Am Anfang war das Wort. Einerseits im Sinne einer alt-chinesischen Erzählung, andererseits in Frageform. Der Frage: Was möchte Damon Albarn mit Monkeys ‚Journey To The West’ erreichen? Wollten er, Jamie Hewlett, Jean Luc Chopin und Chen Shi-Zheng tatsächlich die perfekte Synthese aus okzidentaler und fern-östlicher Kultur in Form eines popmusikalischen Musiktheaters (sprich: einer Oper) erschaffen?

Wäre dies das Bestreben der Produzenten von Oper „Monkey: Journey To The West“ und Album gewesen, ließe sich zumindest das Projekt des Popkünstlers Monkey mit seiner CD „Journey To The West“ mehr oder weniger als gescheitert bezeichnen. Trotz erkennbarer traditioneller chinesischer Einflüsse in Instrumentierung und Arrangement, trotz Vortrag in Mandarin, erscheint das Album doch fast vollkommen in einer westlichen Sichtweise gefangen. Albarn und Mitstreiter stülpen den Einflüssen ihre westliche Sozialisierung über, statt wirklich eine Synthese zu erreichen. Da hilft es auch nicht, wenn Chen Shi-Zheng im englischen Guardian mit der Meinung paraphrasiert wird, „Albarn habe eine authentische, persönliche Symbiose von Ost und West geschaffen… voller Frische und Leben“. Allerdings steht das auf XL Recordings erscheinende Album auch weniger als Soundtrack der Opern-Aufführung da - gerade 50 von 110 Minuten Musik werden präsentiert - sondern versucht noch einmal Monkeys Reise nach Westen musikalisch weiter zu entwickeln. Die Orchestrierung ist nur ein Mittel, die Geschichte und die Oper für ein Pop-Publikum reizvoll zu machen. Die anderen bestehen offenbar aus Haufen von Electronica, Synthesizern und Laptops. Als solches verbindet es gelungen antik und modern, alt und neu, aber nicht wirklich überzeugend Ost und West.

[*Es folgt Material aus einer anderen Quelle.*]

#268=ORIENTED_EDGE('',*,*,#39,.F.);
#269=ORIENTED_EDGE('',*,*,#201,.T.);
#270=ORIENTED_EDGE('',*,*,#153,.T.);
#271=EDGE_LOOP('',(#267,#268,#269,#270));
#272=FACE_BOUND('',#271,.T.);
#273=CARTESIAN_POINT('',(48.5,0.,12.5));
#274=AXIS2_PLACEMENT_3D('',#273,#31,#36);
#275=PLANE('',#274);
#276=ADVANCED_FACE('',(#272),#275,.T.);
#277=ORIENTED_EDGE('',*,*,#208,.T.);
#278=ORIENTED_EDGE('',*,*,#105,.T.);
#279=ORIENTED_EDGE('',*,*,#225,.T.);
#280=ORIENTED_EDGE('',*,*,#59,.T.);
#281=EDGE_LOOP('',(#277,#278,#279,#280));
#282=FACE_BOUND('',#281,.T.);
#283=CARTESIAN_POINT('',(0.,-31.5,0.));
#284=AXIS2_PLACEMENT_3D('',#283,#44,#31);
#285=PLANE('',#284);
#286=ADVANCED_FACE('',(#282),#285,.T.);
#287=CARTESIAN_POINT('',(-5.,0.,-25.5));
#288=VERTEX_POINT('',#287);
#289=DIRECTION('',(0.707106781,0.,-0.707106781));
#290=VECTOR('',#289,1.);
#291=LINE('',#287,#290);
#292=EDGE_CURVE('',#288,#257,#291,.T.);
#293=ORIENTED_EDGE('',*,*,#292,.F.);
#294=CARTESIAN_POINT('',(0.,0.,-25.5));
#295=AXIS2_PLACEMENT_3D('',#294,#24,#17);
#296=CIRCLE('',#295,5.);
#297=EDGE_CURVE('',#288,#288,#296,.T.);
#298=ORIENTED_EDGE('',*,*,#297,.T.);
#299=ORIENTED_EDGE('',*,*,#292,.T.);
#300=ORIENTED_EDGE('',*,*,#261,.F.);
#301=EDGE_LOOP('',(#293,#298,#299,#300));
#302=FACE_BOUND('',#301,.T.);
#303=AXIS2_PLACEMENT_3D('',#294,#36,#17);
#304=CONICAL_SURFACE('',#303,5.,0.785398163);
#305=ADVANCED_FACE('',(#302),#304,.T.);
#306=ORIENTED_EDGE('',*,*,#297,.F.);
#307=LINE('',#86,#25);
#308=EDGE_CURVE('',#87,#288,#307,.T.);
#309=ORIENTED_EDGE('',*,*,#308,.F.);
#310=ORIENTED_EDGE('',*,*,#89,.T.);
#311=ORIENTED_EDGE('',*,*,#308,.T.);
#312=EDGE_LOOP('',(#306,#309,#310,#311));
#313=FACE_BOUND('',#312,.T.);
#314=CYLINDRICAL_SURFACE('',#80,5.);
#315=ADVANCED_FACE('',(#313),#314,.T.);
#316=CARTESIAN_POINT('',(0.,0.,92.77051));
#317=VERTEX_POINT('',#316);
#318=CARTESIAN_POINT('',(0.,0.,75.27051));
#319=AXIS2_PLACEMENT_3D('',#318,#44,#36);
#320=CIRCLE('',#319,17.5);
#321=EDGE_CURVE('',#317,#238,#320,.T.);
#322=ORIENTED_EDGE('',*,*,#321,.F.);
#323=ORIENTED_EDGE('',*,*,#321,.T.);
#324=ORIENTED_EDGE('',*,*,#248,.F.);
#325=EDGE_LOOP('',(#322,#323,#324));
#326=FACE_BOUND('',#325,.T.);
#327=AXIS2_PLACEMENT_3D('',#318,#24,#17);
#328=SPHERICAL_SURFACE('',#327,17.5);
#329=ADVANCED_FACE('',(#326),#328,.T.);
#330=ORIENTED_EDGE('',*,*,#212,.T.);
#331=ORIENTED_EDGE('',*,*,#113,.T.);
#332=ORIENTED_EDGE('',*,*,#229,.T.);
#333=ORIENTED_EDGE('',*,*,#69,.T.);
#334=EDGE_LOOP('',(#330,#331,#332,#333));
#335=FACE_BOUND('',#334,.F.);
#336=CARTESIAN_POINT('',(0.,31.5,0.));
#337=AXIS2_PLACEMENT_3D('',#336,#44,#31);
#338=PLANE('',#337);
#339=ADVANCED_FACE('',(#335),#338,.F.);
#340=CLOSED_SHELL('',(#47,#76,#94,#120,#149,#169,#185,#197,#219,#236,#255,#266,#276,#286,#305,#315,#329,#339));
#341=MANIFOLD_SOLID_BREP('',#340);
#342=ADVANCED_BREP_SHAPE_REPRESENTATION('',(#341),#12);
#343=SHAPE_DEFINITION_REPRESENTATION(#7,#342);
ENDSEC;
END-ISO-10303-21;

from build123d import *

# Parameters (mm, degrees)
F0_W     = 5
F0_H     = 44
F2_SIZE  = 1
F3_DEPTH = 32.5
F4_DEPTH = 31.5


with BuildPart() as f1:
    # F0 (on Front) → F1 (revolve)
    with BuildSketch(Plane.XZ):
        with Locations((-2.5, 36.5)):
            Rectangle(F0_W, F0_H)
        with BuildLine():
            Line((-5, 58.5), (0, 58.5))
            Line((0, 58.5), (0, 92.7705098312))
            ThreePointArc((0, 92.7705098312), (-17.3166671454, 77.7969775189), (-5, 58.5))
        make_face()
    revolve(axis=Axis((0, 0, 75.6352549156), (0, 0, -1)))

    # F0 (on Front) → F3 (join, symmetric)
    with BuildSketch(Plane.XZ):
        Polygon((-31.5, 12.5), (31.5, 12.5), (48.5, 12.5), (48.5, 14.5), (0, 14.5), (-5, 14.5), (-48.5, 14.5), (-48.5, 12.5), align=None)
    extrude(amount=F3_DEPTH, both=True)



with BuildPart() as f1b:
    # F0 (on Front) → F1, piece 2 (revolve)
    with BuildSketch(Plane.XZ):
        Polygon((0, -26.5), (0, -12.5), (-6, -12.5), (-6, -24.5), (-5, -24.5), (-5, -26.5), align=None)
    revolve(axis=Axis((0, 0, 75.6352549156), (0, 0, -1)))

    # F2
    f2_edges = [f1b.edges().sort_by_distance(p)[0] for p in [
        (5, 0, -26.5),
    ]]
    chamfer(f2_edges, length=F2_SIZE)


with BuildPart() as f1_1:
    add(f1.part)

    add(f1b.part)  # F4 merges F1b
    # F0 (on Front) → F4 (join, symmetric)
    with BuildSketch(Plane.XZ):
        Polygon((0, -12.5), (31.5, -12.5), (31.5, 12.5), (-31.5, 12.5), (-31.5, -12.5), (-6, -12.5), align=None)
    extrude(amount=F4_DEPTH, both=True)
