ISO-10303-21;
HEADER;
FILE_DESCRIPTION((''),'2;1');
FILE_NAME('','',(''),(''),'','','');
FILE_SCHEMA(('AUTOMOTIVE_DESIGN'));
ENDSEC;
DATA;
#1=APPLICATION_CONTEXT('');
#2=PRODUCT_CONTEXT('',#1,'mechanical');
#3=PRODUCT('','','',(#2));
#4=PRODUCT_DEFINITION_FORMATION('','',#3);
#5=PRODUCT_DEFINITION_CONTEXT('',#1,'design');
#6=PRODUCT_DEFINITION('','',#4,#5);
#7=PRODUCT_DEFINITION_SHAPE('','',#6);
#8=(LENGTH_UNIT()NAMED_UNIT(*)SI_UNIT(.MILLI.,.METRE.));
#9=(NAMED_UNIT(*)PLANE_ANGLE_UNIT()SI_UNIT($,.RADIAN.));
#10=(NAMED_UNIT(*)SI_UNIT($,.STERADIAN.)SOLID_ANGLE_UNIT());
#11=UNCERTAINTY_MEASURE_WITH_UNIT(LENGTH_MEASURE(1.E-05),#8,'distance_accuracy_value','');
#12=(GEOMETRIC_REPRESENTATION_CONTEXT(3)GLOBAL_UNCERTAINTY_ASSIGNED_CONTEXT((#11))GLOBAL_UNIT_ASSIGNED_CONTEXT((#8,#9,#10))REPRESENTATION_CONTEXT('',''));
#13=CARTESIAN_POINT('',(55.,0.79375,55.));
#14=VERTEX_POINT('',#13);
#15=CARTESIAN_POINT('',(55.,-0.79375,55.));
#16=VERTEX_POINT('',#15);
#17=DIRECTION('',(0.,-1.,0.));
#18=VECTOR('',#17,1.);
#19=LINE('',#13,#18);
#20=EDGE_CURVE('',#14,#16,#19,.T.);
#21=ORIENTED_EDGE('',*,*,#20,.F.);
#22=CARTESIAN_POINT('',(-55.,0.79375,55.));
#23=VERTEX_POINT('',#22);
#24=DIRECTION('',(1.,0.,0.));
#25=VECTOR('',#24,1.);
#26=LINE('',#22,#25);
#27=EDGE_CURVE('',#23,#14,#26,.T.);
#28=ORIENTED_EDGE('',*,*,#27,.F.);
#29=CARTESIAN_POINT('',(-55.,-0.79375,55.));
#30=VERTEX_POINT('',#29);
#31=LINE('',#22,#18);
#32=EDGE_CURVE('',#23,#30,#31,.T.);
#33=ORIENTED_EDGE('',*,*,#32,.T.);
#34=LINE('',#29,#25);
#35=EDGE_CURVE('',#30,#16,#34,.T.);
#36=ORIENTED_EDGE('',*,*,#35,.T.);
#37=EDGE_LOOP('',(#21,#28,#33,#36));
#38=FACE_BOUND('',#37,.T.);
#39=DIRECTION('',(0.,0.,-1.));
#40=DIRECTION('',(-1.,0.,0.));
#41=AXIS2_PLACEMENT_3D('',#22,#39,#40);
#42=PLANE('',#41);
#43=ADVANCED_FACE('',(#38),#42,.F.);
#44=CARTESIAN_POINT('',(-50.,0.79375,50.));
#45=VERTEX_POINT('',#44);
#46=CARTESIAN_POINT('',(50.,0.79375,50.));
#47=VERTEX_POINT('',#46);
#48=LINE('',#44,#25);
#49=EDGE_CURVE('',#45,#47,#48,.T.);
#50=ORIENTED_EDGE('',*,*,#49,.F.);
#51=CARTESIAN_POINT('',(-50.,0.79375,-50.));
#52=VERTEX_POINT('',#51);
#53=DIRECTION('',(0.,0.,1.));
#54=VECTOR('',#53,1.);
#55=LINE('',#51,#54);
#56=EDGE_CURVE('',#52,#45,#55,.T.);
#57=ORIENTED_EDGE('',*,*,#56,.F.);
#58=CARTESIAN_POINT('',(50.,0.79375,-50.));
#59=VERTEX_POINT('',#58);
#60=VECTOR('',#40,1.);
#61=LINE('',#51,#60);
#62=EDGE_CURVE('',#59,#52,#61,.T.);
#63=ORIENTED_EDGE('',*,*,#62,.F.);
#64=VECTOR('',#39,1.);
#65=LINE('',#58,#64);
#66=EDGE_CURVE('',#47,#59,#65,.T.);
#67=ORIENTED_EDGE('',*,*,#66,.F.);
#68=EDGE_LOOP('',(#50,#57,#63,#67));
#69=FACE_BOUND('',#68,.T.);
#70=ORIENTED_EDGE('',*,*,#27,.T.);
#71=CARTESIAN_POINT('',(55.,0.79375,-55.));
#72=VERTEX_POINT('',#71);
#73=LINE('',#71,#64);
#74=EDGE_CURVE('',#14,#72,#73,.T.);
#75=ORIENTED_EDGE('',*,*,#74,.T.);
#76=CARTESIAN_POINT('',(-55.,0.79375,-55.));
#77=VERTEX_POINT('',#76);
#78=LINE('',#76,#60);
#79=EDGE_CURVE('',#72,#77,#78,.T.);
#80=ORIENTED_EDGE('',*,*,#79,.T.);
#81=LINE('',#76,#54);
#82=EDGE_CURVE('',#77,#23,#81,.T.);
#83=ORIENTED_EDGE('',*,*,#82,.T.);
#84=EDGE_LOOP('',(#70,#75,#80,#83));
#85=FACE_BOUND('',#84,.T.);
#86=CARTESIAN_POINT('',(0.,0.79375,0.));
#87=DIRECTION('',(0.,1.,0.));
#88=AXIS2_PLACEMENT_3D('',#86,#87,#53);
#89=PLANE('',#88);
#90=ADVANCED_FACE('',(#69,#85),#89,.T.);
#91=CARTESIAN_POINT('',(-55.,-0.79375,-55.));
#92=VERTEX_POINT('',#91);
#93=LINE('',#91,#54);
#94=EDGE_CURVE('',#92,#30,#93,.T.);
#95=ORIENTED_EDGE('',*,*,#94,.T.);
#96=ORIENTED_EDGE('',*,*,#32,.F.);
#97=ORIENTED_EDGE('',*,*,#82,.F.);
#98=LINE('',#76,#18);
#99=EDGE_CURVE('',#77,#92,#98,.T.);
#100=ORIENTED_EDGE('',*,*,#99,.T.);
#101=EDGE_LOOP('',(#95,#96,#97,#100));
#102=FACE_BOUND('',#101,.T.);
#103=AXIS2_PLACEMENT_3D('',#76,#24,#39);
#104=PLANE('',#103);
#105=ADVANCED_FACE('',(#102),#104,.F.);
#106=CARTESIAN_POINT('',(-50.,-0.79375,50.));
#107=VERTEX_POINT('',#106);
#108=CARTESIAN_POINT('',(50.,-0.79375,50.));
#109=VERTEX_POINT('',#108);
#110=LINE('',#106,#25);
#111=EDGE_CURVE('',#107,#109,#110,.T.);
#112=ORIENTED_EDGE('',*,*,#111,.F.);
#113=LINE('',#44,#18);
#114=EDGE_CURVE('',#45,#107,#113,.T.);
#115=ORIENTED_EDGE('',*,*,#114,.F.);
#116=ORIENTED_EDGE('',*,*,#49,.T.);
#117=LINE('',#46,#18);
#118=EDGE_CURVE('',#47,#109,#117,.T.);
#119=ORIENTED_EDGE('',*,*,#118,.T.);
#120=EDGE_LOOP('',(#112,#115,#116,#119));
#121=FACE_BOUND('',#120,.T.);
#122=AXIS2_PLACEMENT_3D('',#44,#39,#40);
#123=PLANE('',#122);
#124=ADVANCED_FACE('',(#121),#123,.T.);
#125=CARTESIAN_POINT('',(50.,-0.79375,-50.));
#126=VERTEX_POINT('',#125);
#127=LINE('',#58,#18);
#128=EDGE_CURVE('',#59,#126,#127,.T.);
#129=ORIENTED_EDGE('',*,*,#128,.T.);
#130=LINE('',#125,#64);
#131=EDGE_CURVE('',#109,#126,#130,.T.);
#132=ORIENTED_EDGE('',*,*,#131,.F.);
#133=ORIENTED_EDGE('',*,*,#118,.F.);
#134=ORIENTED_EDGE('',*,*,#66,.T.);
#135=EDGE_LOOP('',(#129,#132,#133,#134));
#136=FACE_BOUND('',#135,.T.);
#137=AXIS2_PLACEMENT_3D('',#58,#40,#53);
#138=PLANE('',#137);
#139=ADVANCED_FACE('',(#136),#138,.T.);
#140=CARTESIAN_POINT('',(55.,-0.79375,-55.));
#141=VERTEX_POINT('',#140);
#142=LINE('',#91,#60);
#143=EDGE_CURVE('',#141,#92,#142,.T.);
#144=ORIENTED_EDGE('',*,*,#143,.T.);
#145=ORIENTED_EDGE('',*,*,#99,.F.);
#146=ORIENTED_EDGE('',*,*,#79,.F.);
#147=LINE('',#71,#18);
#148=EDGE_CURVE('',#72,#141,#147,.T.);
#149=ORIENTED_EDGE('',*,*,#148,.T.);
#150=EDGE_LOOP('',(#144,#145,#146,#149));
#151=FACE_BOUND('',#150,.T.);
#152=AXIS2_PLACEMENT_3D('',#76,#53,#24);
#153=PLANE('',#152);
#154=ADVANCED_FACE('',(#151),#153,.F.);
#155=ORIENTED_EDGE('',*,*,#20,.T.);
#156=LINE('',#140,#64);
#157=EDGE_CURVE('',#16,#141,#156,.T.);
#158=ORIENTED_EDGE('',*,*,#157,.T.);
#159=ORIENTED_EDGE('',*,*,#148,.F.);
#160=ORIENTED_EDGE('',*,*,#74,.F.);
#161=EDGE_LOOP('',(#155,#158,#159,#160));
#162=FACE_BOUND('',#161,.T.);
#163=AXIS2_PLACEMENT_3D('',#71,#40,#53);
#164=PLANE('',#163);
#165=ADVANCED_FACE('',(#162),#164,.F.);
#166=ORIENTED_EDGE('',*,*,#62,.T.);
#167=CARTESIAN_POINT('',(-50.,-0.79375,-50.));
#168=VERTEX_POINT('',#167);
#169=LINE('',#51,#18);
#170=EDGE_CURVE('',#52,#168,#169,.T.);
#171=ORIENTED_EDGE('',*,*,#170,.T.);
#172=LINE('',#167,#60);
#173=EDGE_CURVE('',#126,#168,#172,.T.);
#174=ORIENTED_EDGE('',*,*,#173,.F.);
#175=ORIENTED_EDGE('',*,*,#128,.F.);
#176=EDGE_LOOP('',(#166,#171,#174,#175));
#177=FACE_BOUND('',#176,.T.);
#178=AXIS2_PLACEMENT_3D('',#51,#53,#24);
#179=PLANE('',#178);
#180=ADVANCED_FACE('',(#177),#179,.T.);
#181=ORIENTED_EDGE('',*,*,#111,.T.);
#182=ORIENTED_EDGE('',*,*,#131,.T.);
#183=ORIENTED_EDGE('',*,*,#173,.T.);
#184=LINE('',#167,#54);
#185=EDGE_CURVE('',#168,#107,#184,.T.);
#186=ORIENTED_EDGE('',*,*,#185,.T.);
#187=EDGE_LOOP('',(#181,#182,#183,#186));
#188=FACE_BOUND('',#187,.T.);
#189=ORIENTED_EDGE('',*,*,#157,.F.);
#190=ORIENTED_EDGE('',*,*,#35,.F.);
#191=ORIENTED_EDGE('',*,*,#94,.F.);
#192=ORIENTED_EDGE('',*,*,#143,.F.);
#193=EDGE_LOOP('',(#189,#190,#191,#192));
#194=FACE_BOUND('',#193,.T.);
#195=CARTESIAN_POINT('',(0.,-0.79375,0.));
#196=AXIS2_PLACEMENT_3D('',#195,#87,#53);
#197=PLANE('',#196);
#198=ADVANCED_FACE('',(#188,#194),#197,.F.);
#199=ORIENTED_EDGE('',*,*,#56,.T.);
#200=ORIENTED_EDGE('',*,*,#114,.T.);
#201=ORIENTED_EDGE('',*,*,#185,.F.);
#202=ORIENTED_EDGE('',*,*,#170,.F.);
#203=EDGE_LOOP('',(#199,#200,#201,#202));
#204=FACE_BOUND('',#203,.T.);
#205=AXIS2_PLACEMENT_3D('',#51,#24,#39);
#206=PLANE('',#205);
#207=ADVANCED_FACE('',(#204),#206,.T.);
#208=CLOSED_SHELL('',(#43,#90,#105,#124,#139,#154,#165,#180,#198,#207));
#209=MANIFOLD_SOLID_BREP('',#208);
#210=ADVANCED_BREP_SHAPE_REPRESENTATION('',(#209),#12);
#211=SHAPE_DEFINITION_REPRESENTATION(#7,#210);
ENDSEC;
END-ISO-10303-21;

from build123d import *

# Parameters (mm, degrees)
SKETCH1_W           = 110
SKETCH1_H           = 110
SKETCH1_W_2         = 100
SKETCH1_H_2         = 100
BOSS_EXTRUDE1_DEPTH = 0.79375


with BuildPart() as part:
    # Sketch1 → Boss-Extrude1 (new body, symmetric)
    with BuildSketch(Plane(origin=(0, 0, 0), x_dir=(1, 0, 0), z_dir=(0, 1, 0))):
        Rectangle(SKETCH1_W, SKETCH1_H)
        Rectangle(SKETCH1_W_2, SKETCH1_H_2, mode=Mode.SUBTRACT)
    extrude(amount=BOSS_EXTRUDE1_DEPTH, both=True)


solid = part.part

Wenige der 22 Tracks auf „Journey To The West“ lassen sich wirklich als Lieder bezeichnen. Mehr als drei Viertel des Albums bilden kurze Miniaturen – wobei diese durchaus bombastisch daher kommen –, und insofern fällt nicht nur das erste Hören eher schwer. Doch hat der Hörer sich erst an den steten Fluss dieser Reise gewöhnt, verströmt Damon Albarns neuestes Werk eine ganz eigene Atmosphäre. Ein gewisses Gefallen an klassischer Orchestrierung von Mittelalter über Klassik bis Stockhausen, von Phantom der Oper bis „New Classics“ vorausgesetzt, vermag diese Reise einen ganz tief zu berühren und erlaubt, sich in ihren Klangwelten zu verlieren. Das gelingt sogar, ohne der Geschichte von Monkey wirklich folgen zu müssen oder zu wollen.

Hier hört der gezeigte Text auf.